**WHAT TO DO:** Only the lines from the one containing "e21 v15 v15" through the one containing "e30 v21 v21" should be printed, exactly as they appear below, with both ends included.

**EXTRACTED ENTRIES:**
- Opening Delimiter -
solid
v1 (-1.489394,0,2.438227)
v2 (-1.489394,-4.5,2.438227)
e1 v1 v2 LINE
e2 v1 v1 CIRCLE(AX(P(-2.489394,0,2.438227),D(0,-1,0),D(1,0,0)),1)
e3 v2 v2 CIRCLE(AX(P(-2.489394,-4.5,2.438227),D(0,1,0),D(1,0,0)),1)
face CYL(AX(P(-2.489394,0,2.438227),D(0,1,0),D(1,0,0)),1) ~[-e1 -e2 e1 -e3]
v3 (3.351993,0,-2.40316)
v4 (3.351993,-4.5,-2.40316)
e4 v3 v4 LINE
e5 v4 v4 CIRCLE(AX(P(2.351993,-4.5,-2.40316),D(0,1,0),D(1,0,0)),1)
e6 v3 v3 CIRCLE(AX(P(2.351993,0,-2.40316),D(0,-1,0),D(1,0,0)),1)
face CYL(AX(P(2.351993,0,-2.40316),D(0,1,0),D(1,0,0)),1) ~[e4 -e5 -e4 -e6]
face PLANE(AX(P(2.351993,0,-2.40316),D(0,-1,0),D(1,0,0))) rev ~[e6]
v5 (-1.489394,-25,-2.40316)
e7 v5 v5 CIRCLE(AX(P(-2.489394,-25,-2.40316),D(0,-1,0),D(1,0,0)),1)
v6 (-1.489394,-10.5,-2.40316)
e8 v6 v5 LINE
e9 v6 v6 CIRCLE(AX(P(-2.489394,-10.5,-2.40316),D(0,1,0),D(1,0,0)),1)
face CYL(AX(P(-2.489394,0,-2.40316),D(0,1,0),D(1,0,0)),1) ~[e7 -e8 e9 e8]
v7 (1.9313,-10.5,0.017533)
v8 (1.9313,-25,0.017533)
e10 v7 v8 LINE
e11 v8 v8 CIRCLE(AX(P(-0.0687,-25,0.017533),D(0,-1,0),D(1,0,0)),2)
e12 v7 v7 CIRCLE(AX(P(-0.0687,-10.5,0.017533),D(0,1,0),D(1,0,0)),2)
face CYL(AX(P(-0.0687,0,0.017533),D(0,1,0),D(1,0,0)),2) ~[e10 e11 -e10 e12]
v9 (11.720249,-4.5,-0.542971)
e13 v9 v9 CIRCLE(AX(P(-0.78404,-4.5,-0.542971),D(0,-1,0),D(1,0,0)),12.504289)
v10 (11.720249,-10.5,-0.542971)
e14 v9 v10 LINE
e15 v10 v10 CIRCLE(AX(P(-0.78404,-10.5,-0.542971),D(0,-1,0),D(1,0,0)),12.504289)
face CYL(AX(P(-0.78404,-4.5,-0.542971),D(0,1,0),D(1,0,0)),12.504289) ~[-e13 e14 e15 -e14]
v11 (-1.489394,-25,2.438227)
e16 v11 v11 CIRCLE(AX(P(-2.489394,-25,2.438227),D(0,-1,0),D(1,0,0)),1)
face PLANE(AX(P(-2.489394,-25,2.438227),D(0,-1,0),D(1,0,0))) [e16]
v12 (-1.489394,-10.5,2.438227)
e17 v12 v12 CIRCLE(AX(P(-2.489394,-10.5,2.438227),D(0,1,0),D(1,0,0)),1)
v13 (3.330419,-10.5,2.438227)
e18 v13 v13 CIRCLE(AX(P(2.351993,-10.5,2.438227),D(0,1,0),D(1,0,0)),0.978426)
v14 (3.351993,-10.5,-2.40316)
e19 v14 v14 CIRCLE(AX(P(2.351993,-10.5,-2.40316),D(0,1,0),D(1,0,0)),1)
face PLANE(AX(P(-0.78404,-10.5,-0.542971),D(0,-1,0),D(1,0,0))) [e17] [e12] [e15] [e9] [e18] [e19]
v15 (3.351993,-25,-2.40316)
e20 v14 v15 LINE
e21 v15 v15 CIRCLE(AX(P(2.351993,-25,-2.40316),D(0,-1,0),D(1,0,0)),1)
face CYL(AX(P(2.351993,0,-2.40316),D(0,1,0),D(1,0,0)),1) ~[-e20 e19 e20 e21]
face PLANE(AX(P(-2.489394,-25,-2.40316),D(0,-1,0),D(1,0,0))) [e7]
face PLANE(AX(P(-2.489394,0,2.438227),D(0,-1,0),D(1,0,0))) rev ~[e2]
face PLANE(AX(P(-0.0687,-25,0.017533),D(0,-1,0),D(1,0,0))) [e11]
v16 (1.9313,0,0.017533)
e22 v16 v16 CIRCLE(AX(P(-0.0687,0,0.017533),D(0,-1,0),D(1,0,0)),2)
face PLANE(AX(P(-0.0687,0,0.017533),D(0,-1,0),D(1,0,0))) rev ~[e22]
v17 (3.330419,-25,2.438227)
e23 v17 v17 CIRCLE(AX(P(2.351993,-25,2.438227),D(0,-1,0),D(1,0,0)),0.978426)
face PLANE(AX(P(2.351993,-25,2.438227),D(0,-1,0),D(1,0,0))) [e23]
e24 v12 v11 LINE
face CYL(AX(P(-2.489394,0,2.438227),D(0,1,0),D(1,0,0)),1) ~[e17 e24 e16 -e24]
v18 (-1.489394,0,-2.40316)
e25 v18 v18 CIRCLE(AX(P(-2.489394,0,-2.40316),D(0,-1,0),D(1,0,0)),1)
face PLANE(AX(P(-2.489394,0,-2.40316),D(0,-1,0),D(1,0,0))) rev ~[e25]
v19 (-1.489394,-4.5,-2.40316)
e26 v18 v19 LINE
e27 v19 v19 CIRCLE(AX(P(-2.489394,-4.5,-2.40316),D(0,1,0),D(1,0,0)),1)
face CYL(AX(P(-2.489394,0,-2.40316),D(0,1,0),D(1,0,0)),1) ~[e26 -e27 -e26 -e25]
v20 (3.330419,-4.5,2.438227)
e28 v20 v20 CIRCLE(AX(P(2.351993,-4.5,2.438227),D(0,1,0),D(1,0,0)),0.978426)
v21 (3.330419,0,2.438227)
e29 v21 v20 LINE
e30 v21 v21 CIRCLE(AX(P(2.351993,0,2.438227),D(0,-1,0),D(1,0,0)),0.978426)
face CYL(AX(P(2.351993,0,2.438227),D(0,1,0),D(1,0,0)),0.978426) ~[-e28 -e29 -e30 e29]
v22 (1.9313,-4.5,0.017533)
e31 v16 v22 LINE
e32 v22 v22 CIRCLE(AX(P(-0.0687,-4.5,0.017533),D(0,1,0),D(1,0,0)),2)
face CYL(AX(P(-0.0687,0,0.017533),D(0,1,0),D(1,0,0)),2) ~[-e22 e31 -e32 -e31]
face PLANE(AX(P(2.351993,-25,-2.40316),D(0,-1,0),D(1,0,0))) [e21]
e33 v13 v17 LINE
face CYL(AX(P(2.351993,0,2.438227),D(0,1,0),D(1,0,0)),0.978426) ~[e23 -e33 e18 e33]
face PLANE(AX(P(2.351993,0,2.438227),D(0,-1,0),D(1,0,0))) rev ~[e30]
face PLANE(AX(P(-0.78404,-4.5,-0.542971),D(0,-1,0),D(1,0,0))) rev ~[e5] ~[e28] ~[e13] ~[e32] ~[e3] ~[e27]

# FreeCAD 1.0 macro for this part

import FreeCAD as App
import Part
import Sketcher
from FreeCAD import Vector
Q = App.Units.Quantity

doc = App.newDocument("Part")
body = doc.addObject("PartDesign::Body", "Body")

sketch1 = body.newObject("Sketcher::SketchObject", "Sketch")
sketch1.AttachmentSupport = (doc.getObject("XZ_Plane"), [""])
sketch1.MapMode = "FlatFace"
sketch1.addGeometry(Part.Circle(Vector(-14, 23, 0), Vector(0, 0, 1), 13), False)
sketch1.addConstraint([
    Sketcher.Constraint("Diameter", 0, Q("25.008578 mm")),
    Sketcher.Constraint("DistanceX", 0, 3, -1, 1, Q("13.58404 mm")),
    Sketcher.Constraint("DistanceY", -1, 1, 0, 3, Q("22.957029 mm")),
])
pad1 = body.newObject("PartDesign::Pad", "Pad")
pad1.Profile = sketch1
pad1.Length = 6
body2 = doc.addObject("PartDesign::Body", "Body001")
doc.recompute()

body.Placement = App.Placement(Vector(12.8, -4.5, -23.5), App.Rotation(Vector(0, 0, 1), 0))
boolean = body2.newObject("PartDesign::Boolean", "Boolean")
boolean.Type = "Fuse"
boolean.addObjects([body])

sketch2 = body2.newObject("Sketcher::SketchObject", "Sketch001")
sketch2.AttachmentSupport = (doc.getObject("XZ_Plane001"), [""])
sketch2.MapMode = "FlatFace"
sketch2.addGeometry([
    Part.Circle(Vector(-2.5, 2.4, 0), Vector(0, 0, 1), 1),
    Part.Circle(Vector(2.4, 2.4, 0), Vector(0, 0, 1), 1),
    Part.Circle(Vector(-2.5, -2.4, 0), Vector(0, 0, 1), 1),
    Part.Circle(Vector(2.4, -2.4, 0), Vector(0, 0, 1), 1),
    Part.Circle(Vector(-0.1, 0, 0), Vector(0, 0, 1), 2),
], False)
sketch2.addConstraint([
    Sketcher.Constraint("Equal", 0, 2),
    Sketcher.Constraint("Equal", 2, 3),
    Sketcher.Constraint("Horizontal", 0, 3, 1, 3),
    Sketcher.Constraint("Horizontal", 2, 3, 3, 3),
    Sketcher.Constraint("Vertical", 0, 3, 2, 3),
    Sketcher.Constraint("Vertical", 1, 3, 3, 3),
    Sketcher.Constraint("Diameter", 0, Q("2 mm")),
    Sketcher.Constraint("Diameter", 4, Q("4 mm")),
    Sketcher.Constraint("Diameter", 1, Q("1.956852 mm")),
    Sketcher.Constraint("DistanceX", 4, 3, -1, 1, Q("0.0687 mm")),
    Sketcher.Constraint("DistanceY", 2, 3, -1, 1, Q("2.40316 mm")),
    Sketcher.Constraint("DistanceX", 0, 3, -1, 1, Q("2.489394 mm")),
    Sketcher.Constraint("DistanceY", -1, 1, 0, 3, Q("2.438227 mm")),
    Sketcher.Constraint("DistanceX", -1, 1, 1, 3, Q("2.351993 mm")),
    Sketcher.Constraint("DistanceY", -1, 1, 4, 3, Q("0.017533 mm")),
])
pad2 = body2.newObject("PartDesign::Pad", "Pad001")
pad2.Profile = sketch2
pad2.Length = 25

doc.recompute()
- Closing Delimiter -
**WRITTEN ANSWER:**
e21 v15 v15 CIRCLE(AX(P(2.351993,-25,-2.40316),D(0,-1,0),D(1,0,0)),1)
face CYL(AX(P(2.351993,0,-2.40316),D(0,1,0),D(1,0,0)),1) ~[-e20 e19 e20 e21]
face PLANE(AX(P(-2.489394,-25,-2.40316),D(0,-1,0),D(1,0,0))) [e7]
face PLANE(AX(P(-2.489394,0,2.438227),D(0,-1,0),D(1,0,0))) rev ~[e2]
face PLANE(AX(P(-0.0687,-25,0.017533),D(0,-1,0),D(1,0,0))) [e11]
v16 (1.9313,0,0.017533)
e22 v16 v16 CIRCLE(AX(P(-0.0687,0,0.017533),D(0,-1,0),D(1,0,0)),2)
face PLANE(AX(P(-0.0687,0,0.017533),D(0,-1,0),D(1,0,0))) rev ~[e22]
v17 (3.330419,-25,2.438227)
e23 v17 v17 CIRCLE(AX(P(2.351993,-25,2.438227),D(0,-1,0),D(1,0,0)),0.978426)
face PLANE(AX(P(2.351993,-25,2.438227),D(0,-1,0),D(1,0,0))) [e23]
e24 v12 v11 LINE
face CYL(AX(P(-2.489394,0,2.438227),D(0,1,0),D(1,0,0)),1) ~[e17 e24 e16 -e24]
v18 (-1.489394,0,-2.40316)
e25 v18 v18 CIRCLE(AX(P(-2.489394,0,-2.40316),D(0,-1,0),D(1,0,0)),1)
face PLANE(AX(P(-2.489394,0,-2.40316),D(0,-1,0),D(1,0,0))) rev ~[e25]
v19 (-1.489394,-4.5,-2.40316)
e26 v18 v19 LINE
e27 v19 v19 CIRCLE(AX(P(-2.489394,-4.5,-2.40316),D(0,1,0),D(1,0,0)),1)
face CYL(AX(P(-2.489394,0,-2.40316),D(0,1,0),D(1,0,0)),1) ~[e26 -e27 -e26 -e25]
v20 (3.330419,-4.5,2.438227)
e28 v20 v20 CIRCLE(AX(P(2.351993,-4.5,2.438227),D(0,1,0),D(1,0,0)),0.978426)
v21 (3.330419,0,2.438227)
e29 v21 v20 LINE
e30 v21 v21 CIRCLE(AX(P(2.351993,0,2.438227),D(0,-1,0),D(1,0,0)),0.978426)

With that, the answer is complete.